## Task brief:
Begin at the line containing "f 351 340 349" in the data below and go on through the line containing "f 334 335 359", repeating each line exactly; include both ends and no other line.

[Data shown — start]

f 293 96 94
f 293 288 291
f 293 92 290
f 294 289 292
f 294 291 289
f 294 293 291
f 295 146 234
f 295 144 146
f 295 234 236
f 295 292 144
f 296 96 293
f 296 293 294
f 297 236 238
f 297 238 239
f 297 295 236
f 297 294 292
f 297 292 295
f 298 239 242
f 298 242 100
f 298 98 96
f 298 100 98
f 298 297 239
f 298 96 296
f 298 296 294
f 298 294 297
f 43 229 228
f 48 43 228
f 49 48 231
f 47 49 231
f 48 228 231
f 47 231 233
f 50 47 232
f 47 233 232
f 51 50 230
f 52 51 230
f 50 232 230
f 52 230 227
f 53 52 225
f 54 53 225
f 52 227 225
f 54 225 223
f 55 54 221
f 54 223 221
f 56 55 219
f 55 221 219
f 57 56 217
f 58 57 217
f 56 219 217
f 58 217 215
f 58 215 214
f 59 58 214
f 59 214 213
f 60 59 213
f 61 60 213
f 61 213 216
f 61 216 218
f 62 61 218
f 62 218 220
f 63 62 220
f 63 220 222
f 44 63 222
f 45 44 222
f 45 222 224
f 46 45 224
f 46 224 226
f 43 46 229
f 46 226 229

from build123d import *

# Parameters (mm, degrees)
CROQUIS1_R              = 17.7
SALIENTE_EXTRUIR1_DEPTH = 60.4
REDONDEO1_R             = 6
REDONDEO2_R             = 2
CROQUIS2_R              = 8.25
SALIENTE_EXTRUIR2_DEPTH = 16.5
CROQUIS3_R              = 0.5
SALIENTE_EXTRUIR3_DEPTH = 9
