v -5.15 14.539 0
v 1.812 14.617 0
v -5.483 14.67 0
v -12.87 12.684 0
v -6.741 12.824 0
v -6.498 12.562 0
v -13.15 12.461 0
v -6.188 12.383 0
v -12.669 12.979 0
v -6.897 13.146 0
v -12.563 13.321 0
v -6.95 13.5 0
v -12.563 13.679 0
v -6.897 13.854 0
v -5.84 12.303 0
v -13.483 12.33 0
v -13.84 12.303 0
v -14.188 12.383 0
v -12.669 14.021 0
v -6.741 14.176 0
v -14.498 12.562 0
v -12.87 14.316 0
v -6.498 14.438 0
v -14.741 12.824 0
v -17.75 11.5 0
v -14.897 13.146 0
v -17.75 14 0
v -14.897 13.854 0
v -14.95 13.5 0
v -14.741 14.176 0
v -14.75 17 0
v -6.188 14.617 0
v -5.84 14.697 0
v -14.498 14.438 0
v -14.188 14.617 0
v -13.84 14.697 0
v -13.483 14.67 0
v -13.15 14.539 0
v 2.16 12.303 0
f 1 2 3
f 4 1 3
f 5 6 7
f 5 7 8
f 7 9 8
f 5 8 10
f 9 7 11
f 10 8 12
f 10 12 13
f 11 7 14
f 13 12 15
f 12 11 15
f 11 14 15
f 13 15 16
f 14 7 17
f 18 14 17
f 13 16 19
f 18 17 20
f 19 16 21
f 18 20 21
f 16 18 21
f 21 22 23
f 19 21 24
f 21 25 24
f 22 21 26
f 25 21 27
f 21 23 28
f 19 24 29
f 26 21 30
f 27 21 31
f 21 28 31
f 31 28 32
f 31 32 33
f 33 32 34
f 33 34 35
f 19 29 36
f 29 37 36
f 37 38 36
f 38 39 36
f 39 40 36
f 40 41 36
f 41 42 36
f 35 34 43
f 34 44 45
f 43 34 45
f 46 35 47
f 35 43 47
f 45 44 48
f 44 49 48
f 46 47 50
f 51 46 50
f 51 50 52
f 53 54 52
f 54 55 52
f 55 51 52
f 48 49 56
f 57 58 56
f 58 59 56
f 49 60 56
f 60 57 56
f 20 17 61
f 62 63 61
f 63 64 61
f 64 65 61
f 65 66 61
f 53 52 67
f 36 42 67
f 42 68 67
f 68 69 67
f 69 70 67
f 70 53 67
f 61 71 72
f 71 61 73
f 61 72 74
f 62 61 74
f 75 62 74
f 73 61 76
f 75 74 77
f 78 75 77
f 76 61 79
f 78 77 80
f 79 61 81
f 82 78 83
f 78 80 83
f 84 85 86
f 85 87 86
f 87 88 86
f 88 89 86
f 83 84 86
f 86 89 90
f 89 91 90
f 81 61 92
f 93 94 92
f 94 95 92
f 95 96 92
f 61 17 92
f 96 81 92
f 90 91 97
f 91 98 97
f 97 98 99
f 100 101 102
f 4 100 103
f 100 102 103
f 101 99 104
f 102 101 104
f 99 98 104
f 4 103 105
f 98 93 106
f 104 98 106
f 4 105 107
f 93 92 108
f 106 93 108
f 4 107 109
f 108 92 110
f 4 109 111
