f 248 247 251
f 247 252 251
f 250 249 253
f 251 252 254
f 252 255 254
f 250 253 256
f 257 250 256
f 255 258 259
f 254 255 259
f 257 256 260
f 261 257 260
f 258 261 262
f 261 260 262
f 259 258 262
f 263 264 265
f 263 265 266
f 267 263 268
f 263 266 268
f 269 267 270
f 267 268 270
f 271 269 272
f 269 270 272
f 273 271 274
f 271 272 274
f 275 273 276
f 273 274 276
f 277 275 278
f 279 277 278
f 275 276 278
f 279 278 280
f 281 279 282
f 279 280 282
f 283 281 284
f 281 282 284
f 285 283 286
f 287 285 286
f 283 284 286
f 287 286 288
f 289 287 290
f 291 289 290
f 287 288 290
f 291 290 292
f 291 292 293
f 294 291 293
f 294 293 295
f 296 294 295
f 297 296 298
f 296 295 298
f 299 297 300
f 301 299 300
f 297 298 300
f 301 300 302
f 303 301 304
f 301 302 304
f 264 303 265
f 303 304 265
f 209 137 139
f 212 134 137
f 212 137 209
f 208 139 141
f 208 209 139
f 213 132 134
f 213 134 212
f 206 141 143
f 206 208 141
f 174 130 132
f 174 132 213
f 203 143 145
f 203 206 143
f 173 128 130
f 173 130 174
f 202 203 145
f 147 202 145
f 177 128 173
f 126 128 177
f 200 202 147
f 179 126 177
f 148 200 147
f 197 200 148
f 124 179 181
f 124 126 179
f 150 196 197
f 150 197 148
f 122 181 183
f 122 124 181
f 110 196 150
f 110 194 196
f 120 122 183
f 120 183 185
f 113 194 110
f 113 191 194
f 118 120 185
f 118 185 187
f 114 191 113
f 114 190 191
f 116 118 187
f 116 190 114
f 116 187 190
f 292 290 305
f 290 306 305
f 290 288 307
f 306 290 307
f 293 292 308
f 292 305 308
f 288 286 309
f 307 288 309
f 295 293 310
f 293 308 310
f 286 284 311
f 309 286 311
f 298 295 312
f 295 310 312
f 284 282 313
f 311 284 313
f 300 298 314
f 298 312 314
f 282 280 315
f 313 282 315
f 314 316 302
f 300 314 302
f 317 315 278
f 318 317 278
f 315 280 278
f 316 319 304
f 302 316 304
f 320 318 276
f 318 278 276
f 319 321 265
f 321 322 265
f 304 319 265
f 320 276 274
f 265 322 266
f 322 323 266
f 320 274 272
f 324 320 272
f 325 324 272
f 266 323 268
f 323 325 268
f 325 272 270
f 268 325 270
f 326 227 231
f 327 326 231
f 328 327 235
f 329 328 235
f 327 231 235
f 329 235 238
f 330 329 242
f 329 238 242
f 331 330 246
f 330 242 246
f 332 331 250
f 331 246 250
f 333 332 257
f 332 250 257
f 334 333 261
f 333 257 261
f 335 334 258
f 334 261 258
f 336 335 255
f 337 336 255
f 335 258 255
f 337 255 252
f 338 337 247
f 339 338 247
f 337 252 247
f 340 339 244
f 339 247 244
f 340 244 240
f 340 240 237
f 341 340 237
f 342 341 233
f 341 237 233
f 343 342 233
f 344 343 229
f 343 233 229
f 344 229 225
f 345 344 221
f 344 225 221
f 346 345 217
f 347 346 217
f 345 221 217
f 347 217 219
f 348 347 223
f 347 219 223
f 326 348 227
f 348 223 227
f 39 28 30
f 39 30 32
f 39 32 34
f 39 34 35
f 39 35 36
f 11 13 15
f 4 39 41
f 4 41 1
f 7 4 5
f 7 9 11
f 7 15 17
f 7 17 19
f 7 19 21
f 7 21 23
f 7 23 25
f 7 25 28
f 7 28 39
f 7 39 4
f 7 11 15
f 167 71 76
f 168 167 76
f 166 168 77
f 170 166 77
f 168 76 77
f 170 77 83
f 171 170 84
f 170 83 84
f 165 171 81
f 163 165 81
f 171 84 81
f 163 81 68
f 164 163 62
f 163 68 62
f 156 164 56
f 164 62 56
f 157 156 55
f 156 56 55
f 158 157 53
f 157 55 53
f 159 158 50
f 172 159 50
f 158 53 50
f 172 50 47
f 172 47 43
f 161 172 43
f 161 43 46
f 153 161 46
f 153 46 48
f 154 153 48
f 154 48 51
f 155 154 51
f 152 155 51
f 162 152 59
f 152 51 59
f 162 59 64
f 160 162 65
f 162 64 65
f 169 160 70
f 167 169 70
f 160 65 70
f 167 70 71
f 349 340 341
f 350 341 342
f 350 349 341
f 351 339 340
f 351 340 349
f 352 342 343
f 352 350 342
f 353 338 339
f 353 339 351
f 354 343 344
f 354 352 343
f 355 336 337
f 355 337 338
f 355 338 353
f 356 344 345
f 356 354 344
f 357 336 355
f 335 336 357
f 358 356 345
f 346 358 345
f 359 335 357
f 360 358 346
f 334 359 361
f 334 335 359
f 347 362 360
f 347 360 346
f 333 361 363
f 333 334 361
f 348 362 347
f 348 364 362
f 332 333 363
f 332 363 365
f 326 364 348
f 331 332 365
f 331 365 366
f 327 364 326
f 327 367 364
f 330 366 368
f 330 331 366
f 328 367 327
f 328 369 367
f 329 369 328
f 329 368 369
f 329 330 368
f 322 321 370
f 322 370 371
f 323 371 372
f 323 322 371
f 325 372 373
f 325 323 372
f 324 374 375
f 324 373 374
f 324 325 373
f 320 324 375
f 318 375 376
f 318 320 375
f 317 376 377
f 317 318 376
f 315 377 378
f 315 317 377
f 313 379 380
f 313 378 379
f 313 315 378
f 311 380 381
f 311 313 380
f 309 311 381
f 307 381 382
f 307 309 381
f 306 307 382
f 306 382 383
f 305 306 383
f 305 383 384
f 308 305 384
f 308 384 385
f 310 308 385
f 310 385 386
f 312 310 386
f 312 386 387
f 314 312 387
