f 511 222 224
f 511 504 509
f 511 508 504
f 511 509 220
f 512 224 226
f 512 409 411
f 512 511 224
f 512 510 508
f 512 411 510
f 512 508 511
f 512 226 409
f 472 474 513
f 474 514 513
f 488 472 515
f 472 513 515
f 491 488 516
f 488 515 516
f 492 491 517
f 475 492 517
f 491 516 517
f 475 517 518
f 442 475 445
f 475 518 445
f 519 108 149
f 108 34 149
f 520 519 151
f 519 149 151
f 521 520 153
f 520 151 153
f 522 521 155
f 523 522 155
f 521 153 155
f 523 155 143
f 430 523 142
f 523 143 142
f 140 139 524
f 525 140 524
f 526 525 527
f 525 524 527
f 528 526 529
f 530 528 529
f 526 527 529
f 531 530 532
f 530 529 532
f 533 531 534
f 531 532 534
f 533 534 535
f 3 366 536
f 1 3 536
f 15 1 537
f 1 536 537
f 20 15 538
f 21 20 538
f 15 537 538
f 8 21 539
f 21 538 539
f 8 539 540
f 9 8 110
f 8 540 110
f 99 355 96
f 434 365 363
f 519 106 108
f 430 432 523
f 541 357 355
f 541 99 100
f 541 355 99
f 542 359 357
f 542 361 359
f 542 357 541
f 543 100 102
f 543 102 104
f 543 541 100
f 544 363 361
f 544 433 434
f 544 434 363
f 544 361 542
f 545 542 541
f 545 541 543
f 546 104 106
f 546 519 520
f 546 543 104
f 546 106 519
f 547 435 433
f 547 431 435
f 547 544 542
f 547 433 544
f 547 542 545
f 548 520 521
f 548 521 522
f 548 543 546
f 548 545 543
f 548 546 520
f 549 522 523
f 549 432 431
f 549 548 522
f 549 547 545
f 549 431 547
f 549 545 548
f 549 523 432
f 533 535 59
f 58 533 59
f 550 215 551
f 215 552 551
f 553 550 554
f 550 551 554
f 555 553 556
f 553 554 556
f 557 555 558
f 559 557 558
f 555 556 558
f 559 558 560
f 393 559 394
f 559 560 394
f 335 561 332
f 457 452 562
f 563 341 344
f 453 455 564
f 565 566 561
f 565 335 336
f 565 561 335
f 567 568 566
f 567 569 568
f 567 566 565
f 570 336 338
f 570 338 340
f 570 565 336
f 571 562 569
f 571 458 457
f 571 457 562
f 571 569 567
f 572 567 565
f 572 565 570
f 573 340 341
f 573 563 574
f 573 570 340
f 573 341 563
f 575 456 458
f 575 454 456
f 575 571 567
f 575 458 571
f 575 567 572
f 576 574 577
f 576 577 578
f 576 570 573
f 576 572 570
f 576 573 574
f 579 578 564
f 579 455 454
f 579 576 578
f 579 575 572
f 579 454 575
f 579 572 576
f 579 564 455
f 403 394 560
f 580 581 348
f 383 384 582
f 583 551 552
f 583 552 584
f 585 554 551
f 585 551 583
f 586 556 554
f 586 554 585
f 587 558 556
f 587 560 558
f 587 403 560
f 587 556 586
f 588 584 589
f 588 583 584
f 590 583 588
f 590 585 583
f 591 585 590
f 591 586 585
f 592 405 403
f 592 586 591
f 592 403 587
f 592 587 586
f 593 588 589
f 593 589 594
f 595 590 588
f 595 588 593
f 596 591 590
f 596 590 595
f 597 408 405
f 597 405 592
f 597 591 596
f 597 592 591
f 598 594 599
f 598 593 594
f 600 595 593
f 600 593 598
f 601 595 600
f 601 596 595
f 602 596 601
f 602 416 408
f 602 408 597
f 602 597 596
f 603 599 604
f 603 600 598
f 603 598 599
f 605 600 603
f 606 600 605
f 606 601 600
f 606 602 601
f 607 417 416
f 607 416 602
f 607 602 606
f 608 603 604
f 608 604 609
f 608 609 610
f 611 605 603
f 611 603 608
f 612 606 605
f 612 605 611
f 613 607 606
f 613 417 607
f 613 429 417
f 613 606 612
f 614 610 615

[Data shown — finish]

## Response box:
f 351 340 349
f 352 342 343
f 352 350 342
f 353 338 339
f 353 339 351
f 354 343 344
f 354 352 343
f 355 336 337
f 355 337 338
f 355 338 353
f 356 344 345
f 356 354 344
f 357 336 355
f 335 336 357
f 358 356 345
f 346 358 345
f 359 335 357
f 360 358 346
f 334 359 361
f 334 335 359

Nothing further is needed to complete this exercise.